Pünktlich 19.30 Uhr fand die “Nudelparty” mit einigen flotten Discorhythmen und Ballspielen ihren Abschluss. 20.00 Uhr hatten alle Dortmunder in der Pension “Rittergut” in Irfersgrün bereits ihre Plätze vorm Fernsehgerät zum Empfang des Pokalfinals eingenommen. Alles Daumenhalten half allerdings nichts und man musste die knappe Niederlage zur Kenntnis nehmen.

Nach einem zünftigen vogtländischen Frühstück traf man sich am frühen Sonntag Morgen im Stadtzentrum von Zwickau zu einer Stadtführung. Stadtführerin und ehemalige Pressesprecherin Angelika Michaelis brachte in altbekannter und charmanter Art und Weise den überwiegend Jugendlichen aus der Partnerstadt die Sehenswürdigkeiten in hervorragender Form herüber.

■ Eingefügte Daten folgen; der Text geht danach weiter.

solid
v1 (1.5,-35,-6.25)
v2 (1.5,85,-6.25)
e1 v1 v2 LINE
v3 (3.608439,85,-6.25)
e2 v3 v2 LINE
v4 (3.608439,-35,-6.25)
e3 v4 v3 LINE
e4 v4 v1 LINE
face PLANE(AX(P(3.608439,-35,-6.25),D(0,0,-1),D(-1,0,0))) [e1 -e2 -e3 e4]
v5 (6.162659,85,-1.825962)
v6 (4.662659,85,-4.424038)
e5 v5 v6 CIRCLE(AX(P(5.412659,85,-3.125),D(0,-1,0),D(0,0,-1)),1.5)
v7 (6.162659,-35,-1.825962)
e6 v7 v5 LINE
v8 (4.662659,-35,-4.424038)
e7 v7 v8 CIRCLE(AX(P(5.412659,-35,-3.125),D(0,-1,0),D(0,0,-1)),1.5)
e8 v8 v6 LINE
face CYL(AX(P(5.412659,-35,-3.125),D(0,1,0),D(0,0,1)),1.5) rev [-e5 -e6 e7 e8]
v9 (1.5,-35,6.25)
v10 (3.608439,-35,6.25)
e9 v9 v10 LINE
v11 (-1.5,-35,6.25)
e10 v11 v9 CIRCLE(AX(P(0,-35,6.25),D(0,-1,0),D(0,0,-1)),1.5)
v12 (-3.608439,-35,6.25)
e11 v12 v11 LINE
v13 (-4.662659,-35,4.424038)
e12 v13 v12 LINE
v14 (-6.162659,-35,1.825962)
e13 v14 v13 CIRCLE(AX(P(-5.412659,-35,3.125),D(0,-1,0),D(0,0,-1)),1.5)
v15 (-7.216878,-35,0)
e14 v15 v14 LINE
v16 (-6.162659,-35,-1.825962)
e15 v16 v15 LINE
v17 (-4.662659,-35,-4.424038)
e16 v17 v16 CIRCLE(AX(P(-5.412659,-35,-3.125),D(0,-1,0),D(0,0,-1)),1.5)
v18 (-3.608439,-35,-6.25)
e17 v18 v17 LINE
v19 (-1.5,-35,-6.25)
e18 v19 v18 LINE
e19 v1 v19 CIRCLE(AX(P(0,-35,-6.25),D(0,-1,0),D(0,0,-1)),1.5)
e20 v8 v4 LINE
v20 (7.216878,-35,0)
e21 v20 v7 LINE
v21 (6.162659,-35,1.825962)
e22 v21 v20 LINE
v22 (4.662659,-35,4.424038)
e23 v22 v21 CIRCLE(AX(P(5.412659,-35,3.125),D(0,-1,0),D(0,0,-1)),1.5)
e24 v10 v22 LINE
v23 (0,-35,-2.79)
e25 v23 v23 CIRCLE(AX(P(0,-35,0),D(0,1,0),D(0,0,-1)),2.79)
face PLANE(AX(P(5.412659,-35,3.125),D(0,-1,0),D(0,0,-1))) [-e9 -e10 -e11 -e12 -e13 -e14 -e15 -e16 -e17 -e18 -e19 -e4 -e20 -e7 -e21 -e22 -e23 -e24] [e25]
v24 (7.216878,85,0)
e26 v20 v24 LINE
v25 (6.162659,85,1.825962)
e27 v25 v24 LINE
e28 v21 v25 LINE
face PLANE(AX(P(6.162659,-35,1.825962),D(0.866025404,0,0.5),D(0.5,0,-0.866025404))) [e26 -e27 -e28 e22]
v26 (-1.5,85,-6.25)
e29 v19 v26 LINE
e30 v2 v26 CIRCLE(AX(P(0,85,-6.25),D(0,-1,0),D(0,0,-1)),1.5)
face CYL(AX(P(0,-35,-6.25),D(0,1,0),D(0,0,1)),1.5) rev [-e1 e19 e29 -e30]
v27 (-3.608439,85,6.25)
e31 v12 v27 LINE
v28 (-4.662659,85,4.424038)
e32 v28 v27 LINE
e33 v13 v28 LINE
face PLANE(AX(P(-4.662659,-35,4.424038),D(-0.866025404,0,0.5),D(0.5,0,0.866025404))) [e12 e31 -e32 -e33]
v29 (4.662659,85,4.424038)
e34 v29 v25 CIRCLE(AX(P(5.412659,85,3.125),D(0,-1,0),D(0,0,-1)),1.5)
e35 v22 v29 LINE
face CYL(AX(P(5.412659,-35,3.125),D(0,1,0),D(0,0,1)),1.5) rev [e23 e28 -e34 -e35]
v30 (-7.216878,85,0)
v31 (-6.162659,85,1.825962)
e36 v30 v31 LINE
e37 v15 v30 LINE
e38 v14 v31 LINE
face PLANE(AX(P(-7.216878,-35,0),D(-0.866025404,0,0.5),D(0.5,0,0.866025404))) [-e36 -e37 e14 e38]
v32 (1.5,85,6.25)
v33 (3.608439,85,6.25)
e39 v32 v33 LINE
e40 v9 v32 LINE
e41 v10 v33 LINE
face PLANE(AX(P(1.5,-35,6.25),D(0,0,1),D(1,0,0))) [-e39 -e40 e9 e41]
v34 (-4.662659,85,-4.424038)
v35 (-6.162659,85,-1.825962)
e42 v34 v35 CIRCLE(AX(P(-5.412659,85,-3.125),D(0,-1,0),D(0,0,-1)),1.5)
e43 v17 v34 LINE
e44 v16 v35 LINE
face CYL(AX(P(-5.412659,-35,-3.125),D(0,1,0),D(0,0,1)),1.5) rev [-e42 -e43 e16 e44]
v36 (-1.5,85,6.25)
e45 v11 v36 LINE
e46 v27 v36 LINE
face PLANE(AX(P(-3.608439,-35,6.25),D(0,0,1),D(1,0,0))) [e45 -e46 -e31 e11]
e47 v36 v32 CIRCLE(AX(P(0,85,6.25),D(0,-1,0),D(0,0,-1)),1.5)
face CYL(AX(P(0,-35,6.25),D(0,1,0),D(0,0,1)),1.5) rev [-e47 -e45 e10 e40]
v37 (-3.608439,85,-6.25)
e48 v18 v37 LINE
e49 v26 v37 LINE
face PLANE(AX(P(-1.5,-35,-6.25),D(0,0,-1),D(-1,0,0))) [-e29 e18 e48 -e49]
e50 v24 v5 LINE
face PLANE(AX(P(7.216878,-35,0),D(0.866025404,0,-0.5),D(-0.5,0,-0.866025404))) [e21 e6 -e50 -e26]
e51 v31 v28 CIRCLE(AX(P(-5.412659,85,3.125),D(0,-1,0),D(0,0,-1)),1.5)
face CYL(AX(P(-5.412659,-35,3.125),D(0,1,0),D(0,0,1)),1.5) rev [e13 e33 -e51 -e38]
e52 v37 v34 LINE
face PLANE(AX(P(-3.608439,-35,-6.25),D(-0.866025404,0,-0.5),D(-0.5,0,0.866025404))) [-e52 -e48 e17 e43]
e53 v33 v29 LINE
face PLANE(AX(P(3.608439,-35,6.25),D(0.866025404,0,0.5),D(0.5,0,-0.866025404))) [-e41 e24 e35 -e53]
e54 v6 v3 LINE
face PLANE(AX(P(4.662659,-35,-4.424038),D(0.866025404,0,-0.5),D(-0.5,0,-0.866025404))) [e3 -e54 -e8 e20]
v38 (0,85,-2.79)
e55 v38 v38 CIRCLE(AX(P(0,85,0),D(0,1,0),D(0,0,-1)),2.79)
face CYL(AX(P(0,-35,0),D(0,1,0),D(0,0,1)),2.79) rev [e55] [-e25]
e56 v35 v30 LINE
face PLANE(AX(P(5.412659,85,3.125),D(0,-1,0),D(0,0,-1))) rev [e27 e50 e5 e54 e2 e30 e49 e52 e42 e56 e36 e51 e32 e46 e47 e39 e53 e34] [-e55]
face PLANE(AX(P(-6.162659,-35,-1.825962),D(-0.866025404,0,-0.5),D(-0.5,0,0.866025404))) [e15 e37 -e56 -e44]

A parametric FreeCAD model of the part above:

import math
import FreeCAD as App
import Part
import Sketcher
from FreeCAD import Vector
Q = App.Units.Quantity

doc = App.newDocument("Part")
body = doc.addObject("PartDesign::Body", "Body")

sketch1 = doc.addObject("Sketcher::SketchObject", "Sketch")
body.addObject(sketch1)
sketch1.AttachmentSupport = (doc.XZ_Plane, [""])
sketch1.MapMode = "FlatFace"
sketch1.AttachmentOffset = App.Placement(Vector(0, 0, -85), App.Rotation())
sketch1.addGeometry([
    Part.LineSegment(Vector(6.162659, 1.825962, 0), Vector(7.216878, 0, 0)),
    Part.LineSegment(Vector(7.216878, 0, 0), Vector(6.162659, -1.825962, 0)),
    Part.ArcOfCircle(Part.Circle(Vector(5.412659, -3.125, 0), Vector(0, 0, 1), 1.5), math.radians(60), math.radians(240)),
    Part.LineSegment(Vector(4.662659, -4.424038, 0), Vector(3.608439, -6.25, 0)),
    Part.LineSegment(Vector(3.608439, -6.25, 0), Vector(1.5, -6.25, 0)),
    Part.ArcOfCircle(Part.Circle(Vector(0, -6.25, 0), Vector(0, 0, 1), 1.5), math.radians(0), math.radians(180)),
    Part.LineSegment(Vector(-1.5, -6.25, 0), Vector(-3.608439, -6.25, 0)),
    Part.LineSegment(Vector(-3.608439, -6.25, 0), Vector(-4.662659, -4.424038, 0)),
    Part.ArcOfCircle(Part.Circle(Vector(-5.412659, -3.125, 0), Vector(0, 0, 1), 1.5), math.radians(-60), math.radians(120)),
    Part.LineSegment(Vector(-6.162659, -1.825962, 0), Vector(-7.216878, 0, 0)),
    Part.LineSegment(Vector(-7.216878, 0, 0), Vector(-6.162659, 1.825962, 0)),
    Part.ArcOfCircle(Part.Circle(Vector(-5.412659, 3.125, 0), Vector(0, 0, 1), 1.5), math.radians(-120), math.radians(60)),
    Part.LineSegment(Vector(-4.662659, 4.424038, 0), Vector(-3.608439, 6.25, 0)),
    Part.LineSegment(Vector(-3.608439, 6.25, 0), Vector(-1.5, 6.25, 0)),
    Part.ArcOfCircle(Part.Circle(Vector(0, 6.25, 0), Vector(0, 0, 1), 1.5), math.radians(180), math.radians(360)),
    Part.LineSegment(Vector(1.5, 6.25, 0), Vector(3.608439, 6.25, 0)),
    Part.LineSegment(Vector(3.608439, 6.25, 0), Vector(4.662659, 4.424038, 0)),
    Part.ArcOfCircle(Part.Circle(Vector(5.412659, 3.125, 0), Vector(0, 0, 1), 1.5), math.radians(120), math.radians(300)),
    Part.Circle(Vector(0, 0, 0), Vector(0, 0, 1), 2.79),
], False)
sketch1.addConstraint([
    Sketcher.Constraint("Coincident", 0, 2, 1, 1),
    Sketcher.Constraint("Coincident", 1, 2, 2, 1),
    Sketcher.Constraint("Coincident", 2, 2, 3, 1),
    Sketcher.Constraint("Coincident", 3, 2, 4, 1),
    Sketcher.Constraint("Coincident", 4, 2, 5, 1),
    Sketcher.Constraint("Coincident", 5, 2, 6, 1),
    Sketcher.Constraint("Coincident", 6, 2, 7, 1),
    Sketcher.Constraint("Coincident", 7, 2, 8, 1),
    Sketcher.Constraint("Coincident", 8, 2, 9, 1),
    Sketcher.Constraint("Coincident", 9, 2, 10, 1),
    Sketcher.Constraint("Coincident", 10, 2, 11, 1),
    Sketcher.Constraint("Coincident", 11, 2, 12, 1),
    Sketcher.Constraint("Coincident", 12, 2, 13, 1),
    Sketcher.Constraint("Coincident", 13, 2, 14, 1),
    Sketcher.Constraint("Coincident", 14, 2, 15, 1),
    Sketcher.Constraint("Coincident", 15, 2, 16, 1),
    Sketcher.Constraint("Coincident", 16, 2, 17, 1),
    Sketcher.Constraint("Coincident", 17, 2, 0, 1),
    Sketcher.Constraint("Horizontal", 4),
    Sketcher.Constraint("Horizontal", 6),
    Sketcher.Constraint("Horizontal", 13),
    Sketcher.Constraint("Horizontal", 15),
    Sketcher.Constraint("Coincident", 18, 3, -1, 1),
    Sketcher.Constraint("Equal", 2, 5),
    Sketcher.Constraint("Equal", 5, 8),
    Sketcher.Constraint("Equal", 8, 11),
    Sketcher.Constraint("Equal", 11, 14),
    Sketcher.Constraint("Equal", 14, 17),
    Sketcher.Constraint("Symmetric", 2, 3, 11, 3, -1, 1),
    Sketcher.Constraint("Symmetric", 5, 3, 14, 3, -1, 1),
    Sketcher.Constraint("Symmetric", 8, 3, 17, 3, -1, 1),
    Sketcher.Constraint("Symmetric", 0, 2, 9, 2, -1, 1),
    Sketcher.Constraint("Symmetric", 3, 2, 12, 2, -1, 1),
    Sketcher.Constraint("Symmetric", 6, 2, 15, 2, -1, 1),
    Sketcher.Constraint("Symmetric", 2, 3, 8, 3, -2),
    Sketcher.Constraint("Symmetric", 4, 2, 5, 2, -2),
    Sketcher.Constraint("PointOnObject", 0, 2, -1),
    Sketcher.Constraint("Parallel", 1, 3),
    Sketcher.Constraint("Parallel", 0, 7),
    Sketcher.Constraint("Parallel", 7, 9),
    Sketcher.Constraint("Parallel", 3, 10),
    Sketcher.Constraint("Parallel", 10, 12),
    Sketcher.Constraint("Parallel", 9, 16),
    Sketcher.Constraint("Horizontal", 5, 3, 3, 2),
    Sketcher.Constraint("Horizontal", 2, 2, 7, 2),
    Sketcher.Constraint("Horizontal", 1, 2, 8, 2),
    Sketcher.Constraint("Equal", 1, 3),
    Sketcher.Constraint("Radius", 2, Q("1.5 mm")),
    Sketcher.Constraint("Diameter", 18, Q("5.58 mm")),
    Sketcher.Constraint("Angle", 0, Q("-60 deg")),
    Sketcher.Constraint("DistanceY", 5, 3, 14, 3, Q("12.5 mm")),
    Sketcher.Constraint("DistanceX", 2, 2, 1, 2, Q("1.5 mm")),
    Sketcher.Constraint("DistanceY", 8, 3, 11, 3, Q("6.25 mm")),
    Sketcher.Constraint("DistanceX", 4, 2, 4, 1, Q("2.108439 mm")),
])
pad1 = doc.addObject("PartDesign::Pad", "Pad")
body.addObject(pad1)
pad1.Profile = sketch1
pad1.Length = 120

doc.recompute()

Die letzte Station am Vormittag vor der Rückreise nach Dortmund war die Miniwelt in Lichtenstein. Staunend betrachteten die jungen Sportler die originalgetreuen Nachbauten der weltberühmten Gebäude und Denkmäler. Wolfgang Franke, Kreissportwart des Leichtathletik Kreises Dortmund und Delegationsleiter, fand kurz vor der Rückfahrt noch einige dankende Worte: “Ich bin mittlerweile zu meinem siebenten oder achten Besuch mit Sportlern in Zwickau gewesen und ich möchte einschätzen, dass es wiederum eine sehr herzlicher und schöner Aufenthalt in Zwickau war. Angetan war ich von der tollen Atmosphäre, die uns beim Sportfest in Treuen entgegengebracht wurde. Die erlebten feierlichen Siegerehrungen mit Medaillen, Urkunden und Blumen gehören in der Heimat bei weiten nicht immer zu den Standards. Die Freude der Gastgeber beim Meeting Sportler aus Nordrhein-Westfalen am Start zu haben, die dann auch noch mit vielen neuen persönlichen Bestleistungen überzeugten, stand ihnen ins Gesicht geschrieben. Wichtig war es aber auch für uns, den Jugendlichen ein Stück Stadtgeschichte von Zwickau zu vermitteln, was dann auch hervorragend gelang.” Mit einer herzlichen Umarmung verabschiedete man sich nach drei ereignisreichen Tagen, die einen tollen Beitrag zu einer wiederum erlebten Städtepartnerschaft darstellten.